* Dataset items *
_ _ _ _

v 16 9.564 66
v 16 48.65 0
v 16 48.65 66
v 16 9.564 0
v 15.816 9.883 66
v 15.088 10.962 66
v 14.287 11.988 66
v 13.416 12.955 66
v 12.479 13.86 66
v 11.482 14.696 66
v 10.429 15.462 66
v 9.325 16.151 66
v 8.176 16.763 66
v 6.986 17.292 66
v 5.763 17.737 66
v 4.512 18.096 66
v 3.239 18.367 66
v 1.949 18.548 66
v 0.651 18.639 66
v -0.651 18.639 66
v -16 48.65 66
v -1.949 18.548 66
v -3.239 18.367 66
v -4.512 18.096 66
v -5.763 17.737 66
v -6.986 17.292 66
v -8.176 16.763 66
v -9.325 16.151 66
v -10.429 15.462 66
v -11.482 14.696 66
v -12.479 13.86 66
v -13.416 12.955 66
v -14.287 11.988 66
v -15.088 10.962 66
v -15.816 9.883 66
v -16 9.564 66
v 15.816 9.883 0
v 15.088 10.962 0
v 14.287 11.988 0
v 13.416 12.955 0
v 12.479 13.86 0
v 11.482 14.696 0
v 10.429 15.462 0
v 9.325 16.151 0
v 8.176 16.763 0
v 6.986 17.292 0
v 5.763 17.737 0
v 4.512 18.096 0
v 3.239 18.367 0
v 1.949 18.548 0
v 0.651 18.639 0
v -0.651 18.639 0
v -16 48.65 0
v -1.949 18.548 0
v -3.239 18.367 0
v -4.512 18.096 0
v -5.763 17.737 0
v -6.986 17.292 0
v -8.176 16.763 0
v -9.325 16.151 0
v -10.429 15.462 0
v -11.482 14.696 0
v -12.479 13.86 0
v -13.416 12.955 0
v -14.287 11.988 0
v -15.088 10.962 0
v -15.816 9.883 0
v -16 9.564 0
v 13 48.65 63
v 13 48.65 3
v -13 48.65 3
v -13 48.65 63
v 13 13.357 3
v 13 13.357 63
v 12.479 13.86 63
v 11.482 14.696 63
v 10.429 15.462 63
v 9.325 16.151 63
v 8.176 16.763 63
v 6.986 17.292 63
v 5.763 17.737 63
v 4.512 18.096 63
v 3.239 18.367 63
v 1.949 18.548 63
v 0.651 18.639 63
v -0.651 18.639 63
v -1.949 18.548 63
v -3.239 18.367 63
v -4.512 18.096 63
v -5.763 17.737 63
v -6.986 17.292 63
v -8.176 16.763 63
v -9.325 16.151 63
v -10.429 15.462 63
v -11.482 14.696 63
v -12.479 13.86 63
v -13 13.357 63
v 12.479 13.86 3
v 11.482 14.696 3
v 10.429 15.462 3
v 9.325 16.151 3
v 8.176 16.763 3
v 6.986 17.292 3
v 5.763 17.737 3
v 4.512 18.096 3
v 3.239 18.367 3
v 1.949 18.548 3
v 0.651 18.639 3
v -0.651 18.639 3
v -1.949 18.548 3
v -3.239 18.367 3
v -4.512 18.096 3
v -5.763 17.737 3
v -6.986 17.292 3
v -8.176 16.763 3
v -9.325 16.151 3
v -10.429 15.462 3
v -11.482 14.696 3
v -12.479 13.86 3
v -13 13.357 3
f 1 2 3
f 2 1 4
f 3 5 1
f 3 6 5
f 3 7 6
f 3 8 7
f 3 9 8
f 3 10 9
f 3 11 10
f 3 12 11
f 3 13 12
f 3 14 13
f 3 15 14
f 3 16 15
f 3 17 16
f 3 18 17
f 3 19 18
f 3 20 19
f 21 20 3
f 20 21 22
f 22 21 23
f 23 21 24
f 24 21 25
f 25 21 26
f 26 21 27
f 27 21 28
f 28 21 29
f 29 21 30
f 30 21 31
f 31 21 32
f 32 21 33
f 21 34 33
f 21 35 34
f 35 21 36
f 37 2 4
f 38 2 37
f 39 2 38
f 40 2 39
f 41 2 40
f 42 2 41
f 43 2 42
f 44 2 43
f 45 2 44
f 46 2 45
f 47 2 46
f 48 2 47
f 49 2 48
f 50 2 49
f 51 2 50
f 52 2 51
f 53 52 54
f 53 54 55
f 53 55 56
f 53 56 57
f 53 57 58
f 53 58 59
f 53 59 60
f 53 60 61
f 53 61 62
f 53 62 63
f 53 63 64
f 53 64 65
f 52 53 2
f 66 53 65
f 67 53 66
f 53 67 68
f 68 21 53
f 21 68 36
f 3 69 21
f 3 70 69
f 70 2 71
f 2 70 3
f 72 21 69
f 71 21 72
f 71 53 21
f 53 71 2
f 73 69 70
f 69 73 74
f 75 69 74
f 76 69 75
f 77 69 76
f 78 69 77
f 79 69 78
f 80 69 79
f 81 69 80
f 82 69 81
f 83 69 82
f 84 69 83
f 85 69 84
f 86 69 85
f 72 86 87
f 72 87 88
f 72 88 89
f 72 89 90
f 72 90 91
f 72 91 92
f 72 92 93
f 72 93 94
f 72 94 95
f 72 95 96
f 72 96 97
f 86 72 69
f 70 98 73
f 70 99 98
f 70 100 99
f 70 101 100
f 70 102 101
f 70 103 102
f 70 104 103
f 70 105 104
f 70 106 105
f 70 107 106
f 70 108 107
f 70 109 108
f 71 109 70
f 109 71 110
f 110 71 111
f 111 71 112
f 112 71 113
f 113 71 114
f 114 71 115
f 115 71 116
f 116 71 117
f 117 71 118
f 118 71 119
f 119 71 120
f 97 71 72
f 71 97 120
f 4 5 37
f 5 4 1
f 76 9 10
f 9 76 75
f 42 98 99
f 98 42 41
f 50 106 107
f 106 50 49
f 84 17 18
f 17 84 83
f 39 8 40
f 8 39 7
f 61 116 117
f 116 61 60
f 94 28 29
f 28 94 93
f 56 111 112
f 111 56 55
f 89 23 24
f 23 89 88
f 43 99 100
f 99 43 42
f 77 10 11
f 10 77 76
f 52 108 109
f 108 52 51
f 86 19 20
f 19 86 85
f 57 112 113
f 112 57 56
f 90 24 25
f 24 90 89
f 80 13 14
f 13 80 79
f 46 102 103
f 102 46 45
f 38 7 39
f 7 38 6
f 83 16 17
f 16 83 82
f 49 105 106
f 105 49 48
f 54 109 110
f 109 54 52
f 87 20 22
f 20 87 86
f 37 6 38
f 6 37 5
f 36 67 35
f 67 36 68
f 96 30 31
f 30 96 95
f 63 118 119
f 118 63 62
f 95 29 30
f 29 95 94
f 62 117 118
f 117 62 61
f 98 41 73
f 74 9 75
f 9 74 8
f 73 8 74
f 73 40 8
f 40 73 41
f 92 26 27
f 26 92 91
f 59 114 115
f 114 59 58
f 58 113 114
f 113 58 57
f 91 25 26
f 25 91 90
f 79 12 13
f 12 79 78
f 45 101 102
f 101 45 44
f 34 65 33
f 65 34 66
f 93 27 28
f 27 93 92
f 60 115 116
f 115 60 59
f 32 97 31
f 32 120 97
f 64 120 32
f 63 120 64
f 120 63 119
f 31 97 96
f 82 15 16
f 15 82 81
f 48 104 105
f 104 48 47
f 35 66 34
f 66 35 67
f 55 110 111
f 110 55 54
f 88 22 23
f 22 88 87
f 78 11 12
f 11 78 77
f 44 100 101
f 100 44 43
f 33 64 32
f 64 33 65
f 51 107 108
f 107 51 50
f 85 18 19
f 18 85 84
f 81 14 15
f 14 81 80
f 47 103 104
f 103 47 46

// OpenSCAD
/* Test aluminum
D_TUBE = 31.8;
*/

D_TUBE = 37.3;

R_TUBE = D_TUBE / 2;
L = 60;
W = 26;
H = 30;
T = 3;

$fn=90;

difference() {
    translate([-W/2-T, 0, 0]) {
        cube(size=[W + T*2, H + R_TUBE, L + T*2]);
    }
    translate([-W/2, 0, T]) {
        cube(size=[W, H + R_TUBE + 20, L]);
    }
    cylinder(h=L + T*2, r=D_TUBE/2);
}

_ _ _ _

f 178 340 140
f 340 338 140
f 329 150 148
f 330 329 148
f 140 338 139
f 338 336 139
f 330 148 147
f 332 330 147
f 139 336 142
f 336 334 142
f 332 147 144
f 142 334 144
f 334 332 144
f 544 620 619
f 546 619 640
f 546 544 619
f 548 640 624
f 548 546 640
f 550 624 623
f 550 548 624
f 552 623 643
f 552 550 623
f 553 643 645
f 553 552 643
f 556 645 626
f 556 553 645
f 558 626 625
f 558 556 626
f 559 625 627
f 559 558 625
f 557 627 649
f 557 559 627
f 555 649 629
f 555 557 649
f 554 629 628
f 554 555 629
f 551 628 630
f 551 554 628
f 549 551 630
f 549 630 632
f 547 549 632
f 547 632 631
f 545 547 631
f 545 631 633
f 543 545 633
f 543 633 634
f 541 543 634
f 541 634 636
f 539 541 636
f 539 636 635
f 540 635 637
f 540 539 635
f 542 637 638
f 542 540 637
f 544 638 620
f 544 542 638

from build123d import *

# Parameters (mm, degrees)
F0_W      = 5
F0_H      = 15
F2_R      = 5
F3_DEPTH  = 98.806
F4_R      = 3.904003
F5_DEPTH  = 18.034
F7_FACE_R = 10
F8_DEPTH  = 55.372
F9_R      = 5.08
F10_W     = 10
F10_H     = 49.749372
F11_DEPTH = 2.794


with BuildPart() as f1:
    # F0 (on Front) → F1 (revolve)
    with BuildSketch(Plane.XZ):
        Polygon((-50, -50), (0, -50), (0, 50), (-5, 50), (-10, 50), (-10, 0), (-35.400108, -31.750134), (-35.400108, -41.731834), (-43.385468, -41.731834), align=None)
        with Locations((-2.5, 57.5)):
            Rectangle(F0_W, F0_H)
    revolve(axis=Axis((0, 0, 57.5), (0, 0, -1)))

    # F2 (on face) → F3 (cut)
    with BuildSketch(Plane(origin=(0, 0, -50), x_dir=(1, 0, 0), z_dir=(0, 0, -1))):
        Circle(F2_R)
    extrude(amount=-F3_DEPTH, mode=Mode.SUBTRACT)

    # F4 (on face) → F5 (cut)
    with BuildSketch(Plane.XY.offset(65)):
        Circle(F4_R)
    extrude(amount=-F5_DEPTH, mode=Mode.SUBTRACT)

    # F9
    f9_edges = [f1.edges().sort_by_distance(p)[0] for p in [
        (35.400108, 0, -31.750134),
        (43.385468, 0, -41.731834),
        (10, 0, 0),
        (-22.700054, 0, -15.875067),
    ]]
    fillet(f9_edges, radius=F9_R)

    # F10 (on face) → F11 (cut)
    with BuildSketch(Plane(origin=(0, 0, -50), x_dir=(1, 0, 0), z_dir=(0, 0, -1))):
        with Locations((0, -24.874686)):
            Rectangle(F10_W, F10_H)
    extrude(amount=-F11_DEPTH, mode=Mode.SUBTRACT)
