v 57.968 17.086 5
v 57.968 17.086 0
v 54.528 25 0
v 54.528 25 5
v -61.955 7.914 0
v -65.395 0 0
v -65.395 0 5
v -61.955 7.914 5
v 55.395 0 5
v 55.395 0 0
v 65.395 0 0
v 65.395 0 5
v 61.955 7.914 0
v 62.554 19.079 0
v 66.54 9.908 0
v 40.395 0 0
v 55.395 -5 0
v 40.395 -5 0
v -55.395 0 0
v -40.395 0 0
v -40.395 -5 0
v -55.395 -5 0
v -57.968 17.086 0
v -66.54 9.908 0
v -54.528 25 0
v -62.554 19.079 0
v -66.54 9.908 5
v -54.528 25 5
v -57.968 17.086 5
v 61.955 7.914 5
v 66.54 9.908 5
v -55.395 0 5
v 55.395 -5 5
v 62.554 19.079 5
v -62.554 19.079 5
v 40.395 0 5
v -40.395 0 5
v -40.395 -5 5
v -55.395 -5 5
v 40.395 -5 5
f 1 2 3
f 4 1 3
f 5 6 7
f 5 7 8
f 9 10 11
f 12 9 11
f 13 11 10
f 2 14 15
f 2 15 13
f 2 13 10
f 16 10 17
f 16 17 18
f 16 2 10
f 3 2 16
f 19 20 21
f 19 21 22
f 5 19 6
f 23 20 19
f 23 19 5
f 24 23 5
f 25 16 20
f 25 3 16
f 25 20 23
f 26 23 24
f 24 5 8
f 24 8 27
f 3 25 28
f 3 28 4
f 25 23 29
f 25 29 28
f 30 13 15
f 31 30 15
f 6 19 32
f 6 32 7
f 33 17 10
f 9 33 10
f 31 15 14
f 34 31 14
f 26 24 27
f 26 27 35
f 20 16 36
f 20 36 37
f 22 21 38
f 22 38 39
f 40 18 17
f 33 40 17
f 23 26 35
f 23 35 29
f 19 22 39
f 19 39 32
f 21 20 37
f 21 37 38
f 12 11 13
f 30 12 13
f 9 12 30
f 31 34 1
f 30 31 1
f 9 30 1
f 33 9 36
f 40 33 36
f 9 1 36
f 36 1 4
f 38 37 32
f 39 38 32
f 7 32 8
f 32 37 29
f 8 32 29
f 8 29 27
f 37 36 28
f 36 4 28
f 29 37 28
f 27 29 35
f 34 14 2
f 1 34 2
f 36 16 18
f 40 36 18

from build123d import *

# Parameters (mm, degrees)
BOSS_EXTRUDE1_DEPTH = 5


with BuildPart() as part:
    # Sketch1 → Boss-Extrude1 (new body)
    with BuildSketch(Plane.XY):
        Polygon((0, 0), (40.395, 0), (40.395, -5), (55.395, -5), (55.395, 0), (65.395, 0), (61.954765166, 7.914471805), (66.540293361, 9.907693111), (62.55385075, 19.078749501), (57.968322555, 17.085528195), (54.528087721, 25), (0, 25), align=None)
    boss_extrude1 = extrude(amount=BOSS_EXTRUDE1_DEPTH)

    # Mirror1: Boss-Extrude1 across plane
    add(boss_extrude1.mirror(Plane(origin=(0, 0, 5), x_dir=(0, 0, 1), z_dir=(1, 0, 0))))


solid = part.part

_ _ _ _

* ASSIGNED TASK *
For this task, write out exactly the lines of the entries above, starting at the line with "f 554 555 629" and ending at the line with "v 54.528 25 0", both included, and no others.

* ANSWER TO THE EXERCISE *
f 554 555 629
f 551 628 630
f 551 554 628
f 549 551 630
f 549 630 632
f 547 549 632
f 547 632 631
f 545 547 631
f 545 631 633
f 543 545 633
f 543 633 634
f 541 543 634
f 541 634 636
f 539 541 636
f 539 636 635
f 540 635 637
f 540 539 635
f 542 637 638
f 542 540 637
f 544 638 620
f 544 542 638

from build123d import *

# Parameters (mm, degrees)
F0_W      = 5
F0_H      = 15
F2_R      = 5
F3_DEPTH  = 98.806
F4_R      = 3.904003
F5_DEPTH  = 18.034
F7_FACE_R = 10
F8_DEPTH  = 55.372
F9_R      = 5.08
F10_W     = 10
F10_H     = 49.749372
F11_DEPTH = 2.794


with BuildPart() as f1:
    # F0 (on Front) → F1 (revolve)
    with BuildSketch(Plane.XZ):
        Polygon((-50, -50), (0, -50), (0, 50), (-5, 50), (-10, 50), (-10, 0), (-35.400108, -31.750134), (-35.400108, -41.731834), (-43.385468, -41.731834), align=None)
        with Locations((-2.5, 57.5)):
            Rectangle(F0_W, F0_H)
    revolve(axis=Axis((0, 0, 57.5), (0, 0, -1)))

    # F2 (on face) → F3 (cut)
    with BuildSketch(Plane(origin=(0, 0, -50), x_dir=(1, 0, 0), z_dir=(0, 0, -1))):
        Circle(F2_R)
    extrude(amount=-F3_DEPTH, mode=Mode.SUBTRACT)

    # F4 (on face) → F5 (cut)
    with BuildSketch(Plane.XY.offset(65)):
        Circle(F4_R)
    extrude(amount=-F5_DEPTH, mode=Mode.SUBTRACT)

    # F9
    f9_edges = [f1.edges().sort_by_distance(p)[0] for p in [
        (35.400108, 0, -31.750134),
        (43.385468, 0, -41.731834),
        (10, 0, 0),
        (-22.700054, 0, -15.875067),
    ]]
    fillet(f9_edges, radius=F9_R)

    # F10 (on face) → F11 (cut)
    with BuildSketch(Plane(origin=(0, 0, -50), x_dir=(1, 0, 0), z_dir=(0, 0, -1))):
        with Locations((0, -24.874686)):
            Rectangle(F10_W, F10_H)
    extrude(amount=-F11_DEPTH, mode=Mode.SUBTRACT)
v 57.968 17.086 5
v 57.968 17.086 0
v 54.528 25 0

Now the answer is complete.